**What to produce**
Below are the records. Retype exactly the lines between the lines holding "from build123d import *" and "# Sketch3 → Cut-Extrude2 (cut)", inclusive.

(Saved entries)
=== Section Start ===

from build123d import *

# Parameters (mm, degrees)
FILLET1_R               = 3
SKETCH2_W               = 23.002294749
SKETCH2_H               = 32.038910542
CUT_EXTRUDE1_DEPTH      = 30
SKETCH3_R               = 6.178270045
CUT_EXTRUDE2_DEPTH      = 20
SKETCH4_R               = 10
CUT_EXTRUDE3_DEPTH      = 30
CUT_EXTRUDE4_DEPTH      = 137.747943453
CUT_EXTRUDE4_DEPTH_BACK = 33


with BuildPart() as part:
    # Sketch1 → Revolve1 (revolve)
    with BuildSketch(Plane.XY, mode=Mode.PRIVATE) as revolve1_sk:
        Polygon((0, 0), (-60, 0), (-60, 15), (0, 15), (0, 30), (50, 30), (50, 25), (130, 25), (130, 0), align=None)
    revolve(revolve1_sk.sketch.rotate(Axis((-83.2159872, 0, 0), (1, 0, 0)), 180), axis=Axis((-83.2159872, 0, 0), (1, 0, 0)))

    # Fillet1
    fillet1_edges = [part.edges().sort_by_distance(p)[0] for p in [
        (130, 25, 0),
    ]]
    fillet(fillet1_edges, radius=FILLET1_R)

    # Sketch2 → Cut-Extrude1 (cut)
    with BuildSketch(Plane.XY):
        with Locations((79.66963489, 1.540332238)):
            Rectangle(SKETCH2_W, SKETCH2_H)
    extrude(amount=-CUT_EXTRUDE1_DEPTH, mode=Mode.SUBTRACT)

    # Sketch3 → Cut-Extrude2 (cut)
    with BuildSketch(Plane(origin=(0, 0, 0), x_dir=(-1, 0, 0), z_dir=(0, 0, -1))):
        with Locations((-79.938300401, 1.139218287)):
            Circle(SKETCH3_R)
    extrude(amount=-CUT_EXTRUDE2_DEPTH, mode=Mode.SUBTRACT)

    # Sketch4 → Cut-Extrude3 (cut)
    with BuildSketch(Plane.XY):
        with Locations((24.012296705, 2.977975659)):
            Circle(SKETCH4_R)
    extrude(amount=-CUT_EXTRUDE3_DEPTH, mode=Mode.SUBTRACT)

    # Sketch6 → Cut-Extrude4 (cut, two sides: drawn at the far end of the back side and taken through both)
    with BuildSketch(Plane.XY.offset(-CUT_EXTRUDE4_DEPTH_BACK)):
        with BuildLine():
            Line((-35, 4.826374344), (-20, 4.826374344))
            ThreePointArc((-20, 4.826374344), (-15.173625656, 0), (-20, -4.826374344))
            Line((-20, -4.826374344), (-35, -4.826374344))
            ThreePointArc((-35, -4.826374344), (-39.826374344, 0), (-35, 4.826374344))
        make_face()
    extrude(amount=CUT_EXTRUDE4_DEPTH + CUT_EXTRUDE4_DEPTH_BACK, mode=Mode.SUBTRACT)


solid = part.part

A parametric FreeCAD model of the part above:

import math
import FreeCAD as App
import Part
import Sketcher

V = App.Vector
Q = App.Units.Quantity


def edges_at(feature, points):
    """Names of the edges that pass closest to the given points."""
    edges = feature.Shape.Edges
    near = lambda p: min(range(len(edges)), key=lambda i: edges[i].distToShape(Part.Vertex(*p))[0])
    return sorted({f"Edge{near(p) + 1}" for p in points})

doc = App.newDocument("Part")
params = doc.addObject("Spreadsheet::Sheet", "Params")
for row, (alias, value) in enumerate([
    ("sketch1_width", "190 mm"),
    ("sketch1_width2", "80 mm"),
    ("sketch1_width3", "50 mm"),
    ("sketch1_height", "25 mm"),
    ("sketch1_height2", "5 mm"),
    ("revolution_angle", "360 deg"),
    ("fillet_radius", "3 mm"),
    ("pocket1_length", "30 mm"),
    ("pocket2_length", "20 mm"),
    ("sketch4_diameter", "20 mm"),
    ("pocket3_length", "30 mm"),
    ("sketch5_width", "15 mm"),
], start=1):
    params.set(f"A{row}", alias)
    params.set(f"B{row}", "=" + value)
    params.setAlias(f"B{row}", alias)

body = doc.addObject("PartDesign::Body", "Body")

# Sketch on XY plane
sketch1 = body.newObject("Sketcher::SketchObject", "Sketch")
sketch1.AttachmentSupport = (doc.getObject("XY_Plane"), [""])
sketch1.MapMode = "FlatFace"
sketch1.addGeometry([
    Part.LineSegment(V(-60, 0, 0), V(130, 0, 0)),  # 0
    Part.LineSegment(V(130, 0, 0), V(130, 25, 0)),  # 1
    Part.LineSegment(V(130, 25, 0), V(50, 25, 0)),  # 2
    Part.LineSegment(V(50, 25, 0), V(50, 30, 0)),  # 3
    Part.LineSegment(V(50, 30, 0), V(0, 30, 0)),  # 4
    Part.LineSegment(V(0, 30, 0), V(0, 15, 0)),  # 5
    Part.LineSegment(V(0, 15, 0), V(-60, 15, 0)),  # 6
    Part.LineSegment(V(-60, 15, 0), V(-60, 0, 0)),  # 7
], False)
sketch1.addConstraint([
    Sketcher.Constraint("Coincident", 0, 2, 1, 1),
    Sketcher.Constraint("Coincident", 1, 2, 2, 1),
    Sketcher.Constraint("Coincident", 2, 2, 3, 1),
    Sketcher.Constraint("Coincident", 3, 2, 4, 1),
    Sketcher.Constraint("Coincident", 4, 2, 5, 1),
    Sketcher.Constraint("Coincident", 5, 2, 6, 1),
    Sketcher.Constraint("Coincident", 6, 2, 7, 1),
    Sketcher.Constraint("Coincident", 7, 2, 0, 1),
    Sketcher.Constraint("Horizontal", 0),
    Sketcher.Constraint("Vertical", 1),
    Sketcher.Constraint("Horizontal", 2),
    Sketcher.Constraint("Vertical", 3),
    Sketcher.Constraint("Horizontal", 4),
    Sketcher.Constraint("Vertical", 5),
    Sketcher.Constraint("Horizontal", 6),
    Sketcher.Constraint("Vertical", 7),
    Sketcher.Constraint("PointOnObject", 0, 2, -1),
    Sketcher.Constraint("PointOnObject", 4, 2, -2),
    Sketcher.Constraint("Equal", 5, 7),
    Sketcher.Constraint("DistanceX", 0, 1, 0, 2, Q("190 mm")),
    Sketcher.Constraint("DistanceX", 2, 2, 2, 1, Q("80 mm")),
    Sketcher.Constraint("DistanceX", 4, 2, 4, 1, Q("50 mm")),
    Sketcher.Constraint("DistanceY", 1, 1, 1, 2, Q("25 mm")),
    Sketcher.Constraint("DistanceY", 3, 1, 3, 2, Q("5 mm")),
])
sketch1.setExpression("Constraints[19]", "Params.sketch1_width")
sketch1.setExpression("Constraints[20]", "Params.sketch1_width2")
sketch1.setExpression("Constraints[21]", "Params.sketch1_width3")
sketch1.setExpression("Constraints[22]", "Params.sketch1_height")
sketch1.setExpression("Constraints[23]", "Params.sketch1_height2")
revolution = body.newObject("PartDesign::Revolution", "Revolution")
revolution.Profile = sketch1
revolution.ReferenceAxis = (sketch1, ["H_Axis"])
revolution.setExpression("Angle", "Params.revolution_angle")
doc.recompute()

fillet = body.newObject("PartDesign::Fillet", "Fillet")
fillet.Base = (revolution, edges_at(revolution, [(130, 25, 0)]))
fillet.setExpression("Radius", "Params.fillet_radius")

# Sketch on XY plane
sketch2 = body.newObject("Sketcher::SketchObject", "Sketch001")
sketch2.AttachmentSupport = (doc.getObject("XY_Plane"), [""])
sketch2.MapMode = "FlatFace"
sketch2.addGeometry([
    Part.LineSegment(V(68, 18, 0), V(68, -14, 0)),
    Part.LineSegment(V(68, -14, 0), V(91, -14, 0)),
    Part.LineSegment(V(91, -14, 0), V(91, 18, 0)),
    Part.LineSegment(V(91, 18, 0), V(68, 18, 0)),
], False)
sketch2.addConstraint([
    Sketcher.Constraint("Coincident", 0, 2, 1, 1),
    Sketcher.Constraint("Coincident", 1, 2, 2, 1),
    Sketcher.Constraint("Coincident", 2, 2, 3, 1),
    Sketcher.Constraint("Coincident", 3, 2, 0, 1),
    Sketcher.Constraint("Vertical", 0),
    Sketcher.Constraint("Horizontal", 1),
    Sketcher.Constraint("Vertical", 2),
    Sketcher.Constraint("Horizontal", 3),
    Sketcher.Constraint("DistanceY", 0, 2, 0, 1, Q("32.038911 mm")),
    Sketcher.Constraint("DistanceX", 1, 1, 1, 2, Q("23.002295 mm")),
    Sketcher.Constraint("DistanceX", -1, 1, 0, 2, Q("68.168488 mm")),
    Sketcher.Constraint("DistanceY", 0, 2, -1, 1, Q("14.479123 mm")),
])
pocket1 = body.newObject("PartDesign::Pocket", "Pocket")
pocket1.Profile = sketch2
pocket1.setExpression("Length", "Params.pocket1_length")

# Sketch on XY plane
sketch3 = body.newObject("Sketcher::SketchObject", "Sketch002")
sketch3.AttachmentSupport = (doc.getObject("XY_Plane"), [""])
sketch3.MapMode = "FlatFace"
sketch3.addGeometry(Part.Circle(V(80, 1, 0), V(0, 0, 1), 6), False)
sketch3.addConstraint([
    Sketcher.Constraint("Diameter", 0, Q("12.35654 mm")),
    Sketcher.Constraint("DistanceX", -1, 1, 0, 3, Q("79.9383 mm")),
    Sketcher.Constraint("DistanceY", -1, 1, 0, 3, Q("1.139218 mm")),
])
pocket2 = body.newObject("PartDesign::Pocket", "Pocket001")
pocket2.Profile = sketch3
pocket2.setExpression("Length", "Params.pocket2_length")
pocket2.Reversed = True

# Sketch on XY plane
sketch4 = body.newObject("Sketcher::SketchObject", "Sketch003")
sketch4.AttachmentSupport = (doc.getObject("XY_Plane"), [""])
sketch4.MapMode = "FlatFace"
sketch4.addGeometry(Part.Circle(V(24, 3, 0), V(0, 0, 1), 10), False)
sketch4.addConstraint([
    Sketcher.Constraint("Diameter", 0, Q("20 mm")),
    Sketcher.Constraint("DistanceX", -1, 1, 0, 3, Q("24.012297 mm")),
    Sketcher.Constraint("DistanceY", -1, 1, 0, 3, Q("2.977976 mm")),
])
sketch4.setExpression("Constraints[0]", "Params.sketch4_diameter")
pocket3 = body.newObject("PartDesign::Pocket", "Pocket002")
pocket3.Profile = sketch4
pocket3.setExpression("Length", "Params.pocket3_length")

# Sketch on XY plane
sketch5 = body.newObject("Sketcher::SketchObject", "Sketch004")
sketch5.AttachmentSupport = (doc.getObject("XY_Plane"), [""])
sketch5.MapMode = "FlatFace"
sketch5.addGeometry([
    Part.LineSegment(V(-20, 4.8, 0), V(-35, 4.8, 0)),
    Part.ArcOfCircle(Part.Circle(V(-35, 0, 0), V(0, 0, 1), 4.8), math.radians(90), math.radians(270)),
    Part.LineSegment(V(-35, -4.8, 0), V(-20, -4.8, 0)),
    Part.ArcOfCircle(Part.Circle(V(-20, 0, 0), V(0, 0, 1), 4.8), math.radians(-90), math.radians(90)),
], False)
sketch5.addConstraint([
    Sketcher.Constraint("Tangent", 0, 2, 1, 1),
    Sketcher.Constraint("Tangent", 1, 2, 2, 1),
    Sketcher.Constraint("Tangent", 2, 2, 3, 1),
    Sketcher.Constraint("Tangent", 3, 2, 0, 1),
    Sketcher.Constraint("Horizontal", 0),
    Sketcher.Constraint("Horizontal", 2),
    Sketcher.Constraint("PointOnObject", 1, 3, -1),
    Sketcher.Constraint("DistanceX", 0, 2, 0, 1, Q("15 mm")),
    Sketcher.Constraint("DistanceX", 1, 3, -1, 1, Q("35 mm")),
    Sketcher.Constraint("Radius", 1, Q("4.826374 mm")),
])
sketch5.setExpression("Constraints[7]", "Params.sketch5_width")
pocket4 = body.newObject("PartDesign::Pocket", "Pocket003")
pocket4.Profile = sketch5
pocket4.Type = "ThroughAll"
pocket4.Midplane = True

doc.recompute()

=== Section End ===
=== Section Start ===

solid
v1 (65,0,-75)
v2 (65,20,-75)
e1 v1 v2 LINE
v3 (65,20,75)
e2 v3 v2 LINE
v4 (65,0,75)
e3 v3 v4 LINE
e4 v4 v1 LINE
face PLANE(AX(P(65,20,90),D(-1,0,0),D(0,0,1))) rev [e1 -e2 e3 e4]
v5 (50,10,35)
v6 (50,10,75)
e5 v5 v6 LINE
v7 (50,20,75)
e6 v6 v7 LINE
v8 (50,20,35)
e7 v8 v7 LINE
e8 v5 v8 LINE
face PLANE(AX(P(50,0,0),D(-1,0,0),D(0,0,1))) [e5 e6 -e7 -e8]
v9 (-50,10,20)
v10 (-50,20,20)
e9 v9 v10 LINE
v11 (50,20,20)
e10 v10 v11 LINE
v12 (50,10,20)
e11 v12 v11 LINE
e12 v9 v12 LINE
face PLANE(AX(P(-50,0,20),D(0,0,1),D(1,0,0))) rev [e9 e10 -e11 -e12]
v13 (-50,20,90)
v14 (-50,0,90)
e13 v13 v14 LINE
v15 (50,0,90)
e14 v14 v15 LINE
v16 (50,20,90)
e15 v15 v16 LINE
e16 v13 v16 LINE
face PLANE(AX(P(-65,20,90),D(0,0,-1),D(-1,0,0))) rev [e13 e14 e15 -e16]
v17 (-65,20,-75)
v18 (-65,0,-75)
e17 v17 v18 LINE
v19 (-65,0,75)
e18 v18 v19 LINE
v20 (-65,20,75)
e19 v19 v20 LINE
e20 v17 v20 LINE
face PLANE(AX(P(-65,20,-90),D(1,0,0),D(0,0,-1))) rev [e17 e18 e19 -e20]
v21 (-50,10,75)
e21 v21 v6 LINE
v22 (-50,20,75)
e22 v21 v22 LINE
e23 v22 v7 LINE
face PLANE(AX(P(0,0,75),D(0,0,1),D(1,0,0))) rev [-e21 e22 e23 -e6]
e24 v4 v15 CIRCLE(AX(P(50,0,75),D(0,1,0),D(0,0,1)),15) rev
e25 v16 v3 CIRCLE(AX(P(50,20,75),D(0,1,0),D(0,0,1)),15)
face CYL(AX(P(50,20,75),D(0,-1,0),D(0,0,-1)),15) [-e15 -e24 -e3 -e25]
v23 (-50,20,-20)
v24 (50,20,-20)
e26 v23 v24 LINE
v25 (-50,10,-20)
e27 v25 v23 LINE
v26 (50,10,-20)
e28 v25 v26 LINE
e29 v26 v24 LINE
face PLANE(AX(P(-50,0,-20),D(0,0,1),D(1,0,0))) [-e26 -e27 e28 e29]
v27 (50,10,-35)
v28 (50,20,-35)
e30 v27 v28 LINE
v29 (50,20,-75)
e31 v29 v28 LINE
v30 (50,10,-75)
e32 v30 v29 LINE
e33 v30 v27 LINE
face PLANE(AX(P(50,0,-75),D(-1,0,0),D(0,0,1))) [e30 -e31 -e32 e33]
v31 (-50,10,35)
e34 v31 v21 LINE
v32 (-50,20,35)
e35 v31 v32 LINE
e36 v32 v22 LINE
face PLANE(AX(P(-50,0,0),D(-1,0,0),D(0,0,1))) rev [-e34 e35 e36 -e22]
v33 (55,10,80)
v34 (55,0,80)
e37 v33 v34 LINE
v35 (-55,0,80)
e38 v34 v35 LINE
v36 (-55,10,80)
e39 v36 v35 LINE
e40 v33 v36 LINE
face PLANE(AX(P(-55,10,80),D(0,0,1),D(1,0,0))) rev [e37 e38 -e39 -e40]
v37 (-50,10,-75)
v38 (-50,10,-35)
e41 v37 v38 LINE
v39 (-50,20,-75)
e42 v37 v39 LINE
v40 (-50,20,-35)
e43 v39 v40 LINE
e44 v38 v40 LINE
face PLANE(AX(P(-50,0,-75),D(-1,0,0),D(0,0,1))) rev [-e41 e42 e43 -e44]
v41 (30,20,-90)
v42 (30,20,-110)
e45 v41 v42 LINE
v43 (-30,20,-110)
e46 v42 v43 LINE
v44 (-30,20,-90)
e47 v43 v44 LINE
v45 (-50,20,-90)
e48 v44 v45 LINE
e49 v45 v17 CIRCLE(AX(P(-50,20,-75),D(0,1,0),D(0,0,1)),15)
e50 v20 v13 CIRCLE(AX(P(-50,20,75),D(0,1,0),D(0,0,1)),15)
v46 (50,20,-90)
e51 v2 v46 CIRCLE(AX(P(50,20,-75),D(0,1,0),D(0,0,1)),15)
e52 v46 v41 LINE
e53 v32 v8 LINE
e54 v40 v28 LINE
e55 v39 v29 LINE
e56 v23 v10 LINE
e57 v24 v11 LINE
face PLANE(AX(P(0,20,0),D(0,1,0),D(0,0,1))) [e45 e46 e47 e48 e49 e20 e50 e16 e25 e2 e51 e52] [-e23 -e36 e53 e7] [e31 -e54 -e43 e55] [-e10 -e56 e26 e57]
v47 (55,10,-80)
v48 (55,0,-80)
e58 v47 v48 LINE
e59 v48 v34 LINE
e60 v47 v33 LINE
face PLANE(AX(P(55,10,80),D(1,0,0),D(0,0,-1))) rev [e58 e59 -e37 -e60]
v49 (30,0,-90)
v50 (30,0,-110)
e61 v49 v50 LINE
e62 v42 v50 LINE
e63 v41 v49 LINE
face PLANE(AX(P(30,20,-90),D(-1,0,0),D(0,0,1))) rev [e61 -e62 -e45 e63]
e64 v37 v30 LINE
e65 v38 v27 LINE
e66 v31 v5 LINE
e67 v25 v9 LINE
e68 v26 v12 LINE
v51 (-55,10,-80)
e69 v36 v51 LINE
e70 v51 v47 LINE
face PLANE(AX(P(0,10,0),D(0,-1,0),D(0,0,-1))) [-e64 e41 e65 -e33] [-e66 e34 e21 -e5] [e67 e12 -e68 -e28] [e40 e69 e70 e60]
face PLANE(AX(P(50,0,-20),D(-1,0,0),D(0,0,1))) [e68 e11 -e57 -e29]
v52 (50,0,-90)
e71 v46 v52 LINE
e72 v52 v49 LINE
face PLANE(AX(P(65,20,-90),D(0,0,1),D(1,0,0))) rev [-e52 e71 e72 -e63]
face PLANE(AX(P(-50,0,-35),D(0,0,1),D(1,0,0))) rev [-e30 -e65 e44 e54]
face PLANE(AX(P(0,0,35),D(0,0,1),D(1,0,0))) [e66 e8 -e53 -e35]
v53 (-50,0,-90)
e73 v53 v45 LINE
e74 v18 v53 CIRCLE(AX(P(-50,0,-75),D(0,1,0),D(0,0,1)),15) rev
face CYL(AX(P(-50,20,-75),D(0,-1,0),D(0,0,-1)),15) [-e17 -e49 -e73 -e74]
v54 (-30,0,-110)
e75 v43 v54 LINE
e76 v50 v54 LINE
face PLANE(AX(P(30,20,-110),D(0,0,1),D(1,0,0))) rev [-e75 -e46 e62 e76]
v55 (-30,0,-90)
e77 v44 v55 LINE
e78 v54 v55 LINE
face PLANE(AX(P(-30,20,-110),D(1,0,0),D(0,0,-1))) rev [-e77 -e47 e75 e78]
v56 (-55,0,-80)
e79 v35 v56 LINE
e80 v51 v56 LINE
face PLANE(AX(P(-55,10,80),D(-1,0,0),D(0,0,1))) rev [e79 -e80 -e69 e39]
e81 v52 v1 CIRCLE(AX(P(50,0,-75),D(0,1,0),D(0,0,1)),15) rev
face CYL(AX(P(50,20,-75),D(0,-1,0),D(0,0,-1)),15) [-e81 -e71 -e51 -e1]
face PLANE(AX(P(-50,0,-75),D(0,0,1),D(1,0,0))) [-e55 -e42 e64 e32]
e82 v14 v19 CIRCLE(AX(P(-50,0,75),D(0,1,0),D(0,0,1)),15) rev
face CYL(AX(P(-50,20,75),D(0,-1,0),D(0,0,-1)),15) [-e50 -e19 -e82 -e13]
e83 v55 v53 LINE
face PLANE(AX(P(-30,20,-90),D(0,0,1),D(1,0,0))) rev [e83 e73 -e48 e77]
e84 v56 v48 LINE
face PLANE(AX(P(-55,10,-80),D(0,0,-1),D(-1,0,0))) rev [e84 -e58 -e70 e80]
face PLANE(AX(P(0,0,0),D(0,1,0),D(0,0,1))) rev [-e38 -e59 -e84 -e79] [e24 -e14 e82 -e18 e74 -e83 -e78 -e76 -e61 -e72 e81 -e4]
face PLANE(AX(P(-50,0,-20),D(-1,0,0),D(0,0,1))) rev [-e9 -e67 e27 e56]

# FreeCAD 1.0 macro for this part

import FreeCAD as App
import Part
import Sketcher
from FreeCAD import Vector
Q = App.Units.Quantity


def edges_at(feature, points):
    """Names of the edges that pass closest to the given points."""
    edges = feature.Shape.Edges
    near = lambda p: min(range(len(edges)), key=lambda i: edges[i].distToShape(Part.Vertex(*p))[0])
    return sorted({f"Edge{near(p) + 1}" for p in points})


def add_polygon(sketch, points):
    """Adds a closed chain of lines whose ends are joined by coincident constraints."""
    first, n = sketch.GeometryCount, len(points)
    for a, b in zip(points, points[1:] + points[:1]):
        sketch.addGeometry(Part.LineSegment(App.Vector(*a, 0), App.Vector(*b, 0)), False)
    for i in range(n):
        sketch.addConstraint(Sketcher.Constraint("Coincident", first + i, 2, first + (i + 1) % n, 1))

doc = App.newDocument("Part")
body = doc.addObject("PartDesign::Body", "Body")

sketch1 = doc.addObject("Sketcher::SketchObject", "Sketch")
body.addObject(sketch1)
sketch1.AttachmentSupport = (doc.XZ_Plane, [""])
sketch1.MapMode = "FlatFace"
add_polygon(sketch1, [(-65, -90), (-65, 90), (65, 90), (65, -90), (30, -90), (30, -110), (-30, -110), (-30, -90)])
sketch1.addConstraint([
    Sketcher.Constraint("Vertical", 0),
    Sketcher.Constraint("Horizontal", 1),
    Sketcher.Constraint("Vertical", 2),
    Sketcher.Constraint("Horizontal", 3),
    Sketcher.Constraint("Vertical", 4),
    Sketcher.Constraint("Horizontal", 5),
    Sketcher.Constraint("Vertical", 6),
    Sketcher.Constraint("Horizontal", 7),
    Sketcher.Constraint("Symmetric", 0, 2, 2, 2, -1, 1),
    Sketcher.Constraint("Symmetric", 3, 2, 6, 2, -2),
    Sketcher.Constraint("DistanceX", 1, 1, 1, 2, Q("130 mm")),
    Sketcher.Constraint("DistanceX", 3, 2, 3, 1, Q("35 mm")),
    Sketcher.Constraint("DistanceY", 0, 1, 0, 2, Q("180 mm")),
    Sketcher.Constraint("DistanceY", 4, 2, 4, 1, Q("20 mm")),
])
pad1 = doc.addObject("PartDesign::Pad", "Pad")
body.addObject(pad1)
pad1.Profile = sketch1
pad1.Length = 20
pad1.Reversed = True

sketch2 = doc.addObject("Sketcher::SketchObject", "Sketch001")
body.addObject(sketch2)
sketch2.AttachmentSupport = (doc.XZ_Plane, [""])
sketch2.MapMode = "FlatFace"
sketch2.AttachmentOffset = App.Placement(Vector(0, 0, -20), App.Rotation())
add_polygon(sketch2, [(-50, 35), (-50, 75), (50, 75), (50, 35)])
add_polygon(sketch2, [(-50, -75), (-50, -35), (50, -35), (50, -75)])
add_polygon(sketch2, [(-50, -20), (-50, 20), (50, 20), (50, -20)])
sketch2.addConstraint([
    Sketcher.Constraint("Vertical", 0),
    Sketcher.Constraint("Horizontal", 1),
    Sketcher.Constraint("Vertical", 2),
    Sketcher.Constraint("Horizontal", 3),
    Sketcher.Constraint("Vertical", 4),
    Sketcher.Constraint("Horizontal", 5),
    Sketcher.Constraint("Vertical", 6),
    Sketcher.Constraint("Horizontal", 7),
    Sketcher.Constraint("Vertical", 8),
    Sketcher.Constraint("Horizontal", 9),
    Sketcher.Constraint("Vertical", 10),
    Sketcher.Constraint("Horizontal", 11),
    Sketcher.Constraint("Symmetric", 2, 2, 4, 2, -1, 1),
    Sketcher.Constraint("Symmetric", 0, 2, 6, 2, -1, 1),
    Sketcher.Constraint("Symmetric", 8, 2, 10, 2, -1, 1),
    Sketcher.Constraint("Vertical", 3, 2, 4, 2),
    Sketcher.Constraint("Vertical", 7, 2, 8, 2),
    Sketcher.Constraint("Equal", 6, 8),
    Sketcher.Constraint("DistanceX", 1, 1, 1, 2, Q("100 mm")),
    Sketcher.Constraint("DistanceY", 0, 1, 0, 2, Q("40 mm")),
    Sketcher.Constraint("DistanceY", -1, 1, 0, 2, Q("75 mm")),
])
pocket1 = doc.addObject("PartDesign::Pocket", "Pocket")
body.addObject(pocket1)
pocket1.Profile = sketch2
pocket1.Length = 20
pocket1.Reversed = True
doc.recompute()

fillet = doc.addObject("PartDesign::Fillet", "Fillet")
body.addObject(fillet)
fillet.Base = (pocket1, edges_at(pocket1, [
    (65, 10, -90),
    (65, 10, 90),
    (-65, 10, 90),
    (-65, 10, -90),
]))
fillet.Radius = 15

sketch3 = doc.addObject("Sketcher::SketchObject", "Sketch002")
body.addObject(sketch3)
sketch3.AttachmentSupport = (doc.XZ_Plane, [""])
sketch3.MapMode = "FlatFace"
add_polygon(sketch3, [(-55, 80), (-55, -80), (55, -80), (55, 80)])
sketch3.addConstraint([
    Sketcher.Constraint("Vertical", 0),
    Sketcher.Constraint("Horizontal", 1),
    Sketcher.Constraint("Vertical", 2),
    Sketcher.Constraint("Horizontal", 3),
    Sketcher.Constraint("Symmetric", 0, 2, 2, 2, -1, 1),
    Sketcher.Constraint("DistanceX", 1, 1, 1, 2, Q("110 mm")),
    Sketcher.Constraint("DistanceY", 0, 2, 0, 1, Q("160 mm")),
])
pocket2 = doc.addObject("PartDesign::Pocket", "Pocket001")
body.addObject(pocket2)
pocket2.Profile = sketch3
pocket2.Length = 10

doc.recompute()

=== Section End ===

**Answer to this exercise**
from build123d import *

# Parameters (mm, degrees)
FILLET1_R               = 3
SKETCH2_W               = 23.002294749
SKETCH2_H               = 32.038910542
CUT_EXTRUDE1_DEPTH      = 30
SKETCH3_R               = 6.178270045
CUT_EXTRUDE2_DEPTH      = 20
SKETCH4_R               = 10
CUT_EXTRUDE3_DEPTH      = 30
CUT_EXTRUDE4_DEPTH      = 137.747943453
CUT_EXTRUDE4_DEPTH_BACK = 33


with BuildPart() as part:
    # Sketch1 → Revolve1 (revolve)
    with BuildSketch(Plane.XY, mode=Mode.PRIVATE) as revolve1_sk:
        Polygon((0, 0), (-60, 0), (-60, 15), (0, 15), (0, 30), (50, 30), (50, 25), (130, 25), (130, 0), align=None)
    revolve(revolve1_sk.sketch.rotate(Axis((-83.2159872, 0, 0), (1, 0, 0)), 180), axis=Axis((-83.2159872, 0, 0), (1, 0, 0)))

    # Fillet1
    fillet1_edges = [part.edges().sort_by_distance(p)[0] for p in [
        (130, 25, 0),
    ]]
    fillet(fillet1_edges, radius=FILLET1_R)

    # Sketch2 → Cut-Extrude1 (cut)
    with BuildSketch(Plane.XY):
        with Locations((79.66963489, 1.540332238)):
            Rectangle(SKETCH2_W, SKETCH2_H)
    extrude(amount=-CUT_EXTRUDE1_DEPTH, mode=Mode.SUBTRACT)

    # Sketch3 → Cut-Extrude2 (cut)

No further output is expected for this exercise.